Cause: With the host network which is a DNS issue.  
Resolution:
1. In your Kubernetes cluster, run `kubeadm reset -f` on the nodes.
2. In the management node, edit the `omnia_config.yml` file to change the Kubernetes Pod Network CIDR. The suggested IP range is 192.168.0.0/16 and ensure that you provide an IP that is not in use in your host network.
3. Execute omnia.yml and skip slurm using __skip_ tag __slurm__.

## What to do if the time taken to pull the images to create the Kubeflow containers exceeds the limit and the Apply Kubeflow configurations task fails?  
Cause: Unstable or slow Internet connectivity.  
Resolution:
1. Complete the PXE booting/ format the OS on the manager and compute nodes.
2. In the omnia_config.yml file, change the k8s_cni variable value from calico to flannel.
3. Run the Kubernetes and Kubeflow playbooks.  

## How to resolve the "Permission denied" error while executing the `idrac.yml` file or other .yml files from AWX?
Cause: The "PermissionError: [Errno 13] Permission denied" error is displayed if you have used the ansible-vault decrypt or encrypt commands.  
Resolution:
* Provide Chmod 644 permission to the .yml files which is missing the required permission. 

It is suggested that you use the ansible-vault view or edit commands and that you do not use the ansible-vault decrypt or encrypt commands.

## What to do if LC is not ready?
Resolution:
* Ensure LC is in a ready state for all the servers.
* Launch iDRAC template.

## What to do if the network CIDR entry of iDRAC IP in /etc/exports file is missing?
Resolution:
* Add additional network CIDR range of idrac IP in the */etc/exports* file if iDRAC IP is not in the management network range provided in base_vars.yml.

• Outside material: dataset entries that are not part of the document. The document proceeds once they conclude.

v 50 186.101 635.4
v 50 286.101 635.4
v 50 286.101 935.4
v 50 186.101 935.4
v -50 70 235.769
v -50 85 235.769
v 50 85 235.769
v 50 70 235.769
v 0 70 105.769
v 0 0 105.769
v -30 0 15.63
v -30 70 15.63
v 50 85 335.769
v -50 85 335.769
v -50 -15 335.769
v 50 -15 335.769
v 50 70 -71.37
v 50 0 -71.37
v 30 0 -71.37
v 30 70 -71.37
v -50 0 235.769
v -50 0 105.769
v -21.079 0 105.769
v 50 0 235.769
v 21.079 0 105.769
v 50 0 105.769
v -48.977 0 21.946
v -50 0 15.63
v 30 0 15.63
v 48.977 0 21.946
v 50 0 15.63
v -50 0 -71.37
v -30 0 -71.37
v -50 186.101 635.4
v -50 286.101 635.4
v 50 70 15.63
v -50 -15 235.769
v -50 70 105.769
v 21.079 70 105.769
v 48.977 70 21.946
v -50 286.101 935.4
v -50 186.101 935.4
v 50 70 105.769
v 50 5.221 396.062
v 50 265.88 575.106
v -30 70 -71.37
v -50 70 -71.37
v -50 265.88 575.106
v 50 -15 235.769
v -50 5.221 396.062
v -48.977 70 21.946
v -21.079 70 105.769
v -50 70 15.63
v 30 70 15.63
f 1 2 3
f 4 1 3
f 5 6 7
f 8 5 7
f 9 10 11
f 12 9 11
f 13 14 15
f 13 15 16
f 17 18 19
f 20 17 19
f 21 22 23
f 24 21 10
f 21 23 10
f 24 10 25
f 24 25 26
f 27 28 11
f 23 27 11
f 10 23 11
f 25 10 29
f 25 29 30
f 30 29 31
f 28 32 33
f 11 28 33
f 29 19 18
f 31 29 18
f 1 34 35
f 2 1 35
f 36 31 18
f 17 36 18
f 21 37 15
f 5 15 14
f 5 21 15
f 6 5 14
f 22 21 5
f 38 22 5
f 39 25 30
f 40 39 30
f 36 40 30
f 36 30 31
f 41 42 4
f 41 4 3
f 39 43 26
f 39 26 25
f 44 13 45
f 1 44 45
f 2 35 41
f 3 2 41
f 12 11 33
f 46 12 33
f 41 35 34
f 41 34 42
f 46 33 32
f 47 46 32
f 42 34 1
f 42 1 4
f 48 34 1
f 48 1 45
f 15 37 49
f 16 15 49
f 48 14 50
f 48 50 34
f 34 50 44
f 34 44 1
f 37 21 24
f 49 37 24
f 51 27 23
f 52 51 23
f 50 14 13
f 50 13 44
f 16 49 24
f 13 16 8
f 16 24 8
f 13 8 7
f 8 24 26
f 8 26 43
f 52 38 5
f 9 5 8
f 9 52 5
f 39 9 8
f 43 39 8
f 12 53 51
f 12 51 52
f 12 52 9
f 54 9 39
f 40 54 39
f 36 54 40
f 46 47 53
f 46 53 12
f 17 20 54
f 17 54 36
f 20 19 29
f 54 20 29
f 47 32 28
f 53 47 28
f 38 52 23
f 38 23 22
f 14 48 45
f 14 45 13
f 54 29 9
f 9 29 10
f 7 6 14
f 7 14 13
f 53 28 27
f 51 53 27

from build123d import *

# Parameters (mm, degrees)
BOSS_EXTRUDE1_DEPTH = 70
SKETCH2_W           = 100
SKETCH2_H           = 100
BOSS_EXTRUDE2_DEPTH = 100
BOSS_EXTRUDE3_DEPTH = 100
SKETCH4_W           = 300
SKETCH4_H           = 100
BOSS_EXTRUDE4_DEPTH = 100


with BuildPart() as part:
    # Sketch1 → Boss-Extrude1 (new body)
    with BuildSketch(Plane(origin=(0, 0, 0), x_dir=(1, 0, 0), z_dir=(0, 1, 0))):
        Polygon((0, -105.768782521), (-30, -15.630000635), (-30, 71.369999365), (-50, 71.369999365), (-50, -15.630000635), (-48.97658566, -21.945790108), (-21.078607457, -105.768782521), (-50, -105.768782521), (-50, -235.768782521), (50, -235.768782521), (50, -105.768782521), (21.078607457, -105.768782521), (48.97658566, -21.945790108), (50, -15.630000635), (50, 71.369999365), (30, 71.369999365), (30, -15.630000635), align=None)
    extrude(amount=BOSS_EXTRUDE1_DEPTH)

    # Sketch2 → Boss-Extrude2 (add)
    with BuildSketch(Plane.XY.offset(235.768782521)):
        with Locations((0, 35)):
            Rectangle(SKETCH2_W, SKETCH2_H)
    extrude(amount=BOSS_EXTRUDE2_DEPTH)


with BuildPart() as body_2:
    # Sketch3 → Boss-Extrude3 (new body)
    with BuildSketch(Plane.ZY.offset(50)):
        Polygon((335.768782521, 85), (396.06206918, 5.220807325), (635.399647205, 186.100667301), (575.106360546, 265.879859976), align=None)
    extrude(amount=-BOSS_EXTRUDE3_DEPTH)


with BuildPart() as body_3:
    # Sketch4 → Boss-Extrude4 (new body)
    with BuildSketch(Plane.ZY.offset(50)):
        with Locations((785.399647205, 236.100667301)):
            Rectangle(SKETCH4_W, SKETCH4_H)
    extrude(amount=-BOSS_EXTRUDE4_DEPTH)


solid = Compound([part.part, body_2.part, body_3.part])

## What to do if a custom ISO file is not present in the device?
Resolution:
* Re-run the *control_plane.yml* file.

## What to do if the *management_station_ip.txt* file under *provision_idrac/files* folder is missing?
Resolution:
* Re-run the *control_plane.yml* file.

## Is Disabling 2FA supported by Omnia?
Resolution:
* Disabling 2FA is not supported by Omnia and must be manually disabled.

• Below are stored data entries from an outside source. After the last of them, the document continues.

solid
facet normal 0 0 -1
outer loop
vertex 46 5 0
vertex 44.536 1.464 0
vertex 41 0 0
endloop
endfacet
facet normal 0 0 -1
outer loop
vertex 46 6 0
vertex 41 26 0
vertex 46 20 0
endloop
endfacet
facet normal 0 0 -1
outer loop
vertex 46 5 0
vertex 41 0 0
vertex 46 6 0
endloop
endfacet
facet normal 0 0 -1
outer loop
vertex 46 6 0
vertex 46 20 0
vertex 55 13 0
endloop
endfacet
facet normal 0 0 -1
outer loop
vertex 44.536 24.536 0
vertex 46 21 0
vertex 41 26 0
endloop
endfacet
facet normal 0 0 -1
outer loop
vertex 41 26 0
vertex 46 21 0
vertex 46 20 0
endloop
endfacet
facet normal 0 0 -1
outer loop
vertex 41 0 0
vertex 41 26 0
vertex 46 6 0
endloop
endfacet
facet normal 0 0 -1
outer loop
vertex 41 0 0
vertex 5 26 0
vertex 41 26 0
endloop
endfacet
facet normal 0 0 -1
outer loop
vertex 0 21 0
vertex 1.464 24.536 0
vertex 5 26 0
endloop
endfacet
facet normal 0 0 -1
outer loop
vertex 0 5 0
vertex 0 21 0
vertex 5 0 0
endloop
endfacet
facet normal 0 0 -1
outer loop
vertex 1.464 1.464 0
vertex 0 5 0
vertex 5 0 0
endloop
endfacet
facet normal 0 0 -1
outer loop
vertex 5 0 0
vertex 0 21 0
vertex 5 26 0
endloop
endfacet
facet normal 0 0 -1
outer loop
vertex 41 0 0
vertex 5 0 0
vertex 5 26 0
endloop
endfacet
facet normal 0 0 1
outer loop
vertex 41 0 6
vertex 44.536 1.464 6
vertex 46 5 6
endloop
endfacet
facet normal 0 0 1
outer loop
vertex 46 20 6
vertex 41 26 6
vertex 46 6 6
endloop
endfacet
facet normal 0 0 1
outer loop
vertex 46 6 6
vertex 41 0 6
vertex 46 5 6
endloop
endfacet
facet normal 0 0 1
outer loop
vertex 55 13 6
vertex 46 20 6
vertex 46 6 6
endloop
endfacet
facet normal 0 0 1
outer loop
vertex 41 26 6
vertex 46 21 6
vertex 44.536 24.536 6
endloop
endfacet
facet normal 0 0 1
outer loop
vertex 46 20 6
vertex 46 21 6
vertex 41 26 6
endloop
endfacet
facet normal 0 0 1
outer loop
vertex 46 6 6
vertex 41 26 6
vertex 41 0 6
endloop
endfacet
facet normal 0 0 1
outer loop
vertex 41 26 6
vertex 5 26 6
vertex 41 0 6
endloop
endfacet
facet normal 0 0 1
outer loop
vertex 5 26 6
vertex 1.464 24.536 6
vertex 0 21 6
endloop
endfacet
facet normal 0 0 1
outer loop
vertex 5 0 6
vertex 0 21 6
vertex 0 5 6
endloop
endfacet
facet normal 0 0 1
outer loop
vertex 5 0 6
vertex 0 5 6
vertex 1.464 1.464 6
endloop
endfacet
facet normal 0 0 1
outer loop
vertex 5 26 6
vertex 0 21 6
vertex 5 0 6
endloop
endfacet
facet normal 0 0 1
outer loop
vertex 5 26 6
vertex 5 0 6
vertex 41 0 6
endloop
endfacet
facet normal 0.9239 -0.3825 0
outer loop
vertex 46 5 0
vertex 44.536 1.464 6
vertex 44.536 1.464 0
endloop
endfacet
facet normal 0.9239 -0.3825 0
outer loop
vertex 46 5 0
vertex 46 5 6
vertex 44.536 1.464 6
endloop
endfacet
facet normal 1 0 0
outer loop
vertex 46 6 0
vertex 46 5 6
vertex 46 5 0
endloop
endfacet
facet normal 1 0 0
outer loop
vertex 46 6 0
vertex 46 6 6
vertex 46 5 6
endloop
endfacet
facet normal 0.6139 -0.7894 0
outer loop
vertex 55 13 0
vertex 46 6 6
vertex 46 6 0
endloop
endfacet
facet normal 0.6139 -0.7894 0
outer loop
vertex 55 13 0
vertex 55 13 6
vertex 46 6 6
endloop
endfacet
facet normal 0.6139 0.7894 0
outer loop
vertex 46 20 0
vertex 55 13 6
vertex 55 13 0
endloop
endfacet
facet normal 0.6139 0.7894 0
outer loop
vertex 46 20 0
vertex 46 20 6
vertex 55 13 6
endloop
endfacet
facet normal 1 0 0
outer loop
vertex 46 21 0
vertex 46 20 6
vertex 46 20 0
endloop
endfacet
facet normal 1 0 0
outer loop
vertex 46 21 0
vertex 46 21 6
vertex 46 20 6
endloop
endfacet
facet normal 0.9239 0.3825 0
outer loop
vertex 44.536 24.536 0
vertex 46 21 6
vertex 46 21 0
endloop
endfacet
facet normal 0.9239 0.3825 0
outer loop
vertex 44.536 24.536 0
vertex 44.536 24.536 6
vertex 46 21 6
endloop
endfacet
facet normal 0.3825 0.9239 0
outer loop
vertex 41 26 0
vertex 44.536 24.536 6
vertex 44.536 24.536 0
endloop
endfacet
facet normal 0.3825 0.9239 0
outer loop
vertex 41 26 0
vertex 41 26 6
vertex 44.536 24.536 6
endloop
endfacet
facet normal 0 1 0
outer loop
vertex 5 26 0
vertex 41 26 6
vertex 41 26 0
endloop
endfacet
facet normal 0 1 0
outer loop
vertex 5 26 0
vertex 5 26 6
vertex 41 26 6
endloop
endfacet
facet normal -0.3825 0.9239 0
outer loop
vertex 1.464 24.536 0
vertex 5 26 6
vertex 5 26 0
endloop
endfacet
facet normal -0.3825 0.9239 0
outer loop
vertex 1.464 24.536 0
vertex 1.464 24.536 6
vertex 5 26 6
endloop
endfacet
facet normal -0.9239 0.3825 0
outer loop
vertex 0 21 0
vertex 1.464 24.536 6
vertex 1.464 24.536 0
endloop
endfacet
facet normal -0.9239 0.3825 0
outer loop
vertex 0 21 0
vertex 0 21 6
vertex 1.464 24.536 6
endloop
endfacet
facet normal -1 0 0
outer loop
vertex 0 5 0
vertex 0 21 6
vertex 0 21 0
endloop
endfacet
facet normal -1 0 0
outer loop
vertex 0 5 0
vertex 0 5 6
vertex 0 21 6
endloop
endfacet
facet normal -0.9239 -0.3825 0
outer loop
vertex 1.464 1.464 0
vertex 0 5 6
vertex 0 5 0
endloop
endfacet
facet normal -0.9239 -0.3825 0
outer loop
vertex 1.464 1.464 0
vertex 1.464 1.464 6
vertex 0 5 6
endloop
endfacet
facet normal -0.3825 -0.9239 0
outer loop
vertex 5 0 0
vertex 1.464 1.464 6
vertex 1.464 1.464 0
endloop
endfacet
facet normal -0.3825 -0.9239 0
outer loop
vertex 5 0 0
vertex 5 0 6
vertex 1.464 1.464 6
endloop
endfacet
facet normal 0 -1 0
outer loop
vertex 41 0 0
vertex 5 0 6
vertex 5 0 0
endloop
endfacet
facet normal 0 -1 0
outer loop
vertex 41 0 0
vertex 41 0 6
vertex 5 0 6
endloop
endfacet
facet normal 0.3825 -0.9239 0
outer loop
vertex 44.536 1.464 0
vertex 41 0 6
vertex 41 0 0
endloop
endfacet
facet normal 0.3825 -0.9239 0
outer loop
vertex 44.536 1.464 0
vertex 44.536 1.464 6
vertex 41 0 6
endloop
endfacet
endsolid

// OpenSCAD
$fn = 32;

// ----------------------------------------------------------------------
// Ratchet pawl: 46 x 26 mm body, beak 9 mm с правого торца
// ----------------------------------------------------------------------

// --- parameters (mm) ---
profile_height = 6;       // extrusion height
profile_points = 15;      // points of the closed outline

profile = [[0, 5], [1.464, 1.464], [5, 0], [41, 0], [44.536, 1.464], [46, 5], [46, 6], [55, 13], [46, 20], [46, 21], [44.536, 24.536], [41, 26], [5, 26], [1.464, 24.536], [0, 21]];  // single closed polygon, 15 points, counter clockwise

// --- the one profile operation ---
linear_extrude(height = profile_height) polygon(points = profile);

## The provisioning of PowerEdge servers failed. How to resolve the issue and reprovision the servers?
Resolution:
1. Delete the respective iDRAC IP addresses from the *provisioned_idrac_inventory* on the AWX UI or delete the *provisioned_idrac_inventory* to delete the iDRAC IP addresses of all the servers in the cluster.
2. Launch the iDRAC template from the AWX UI.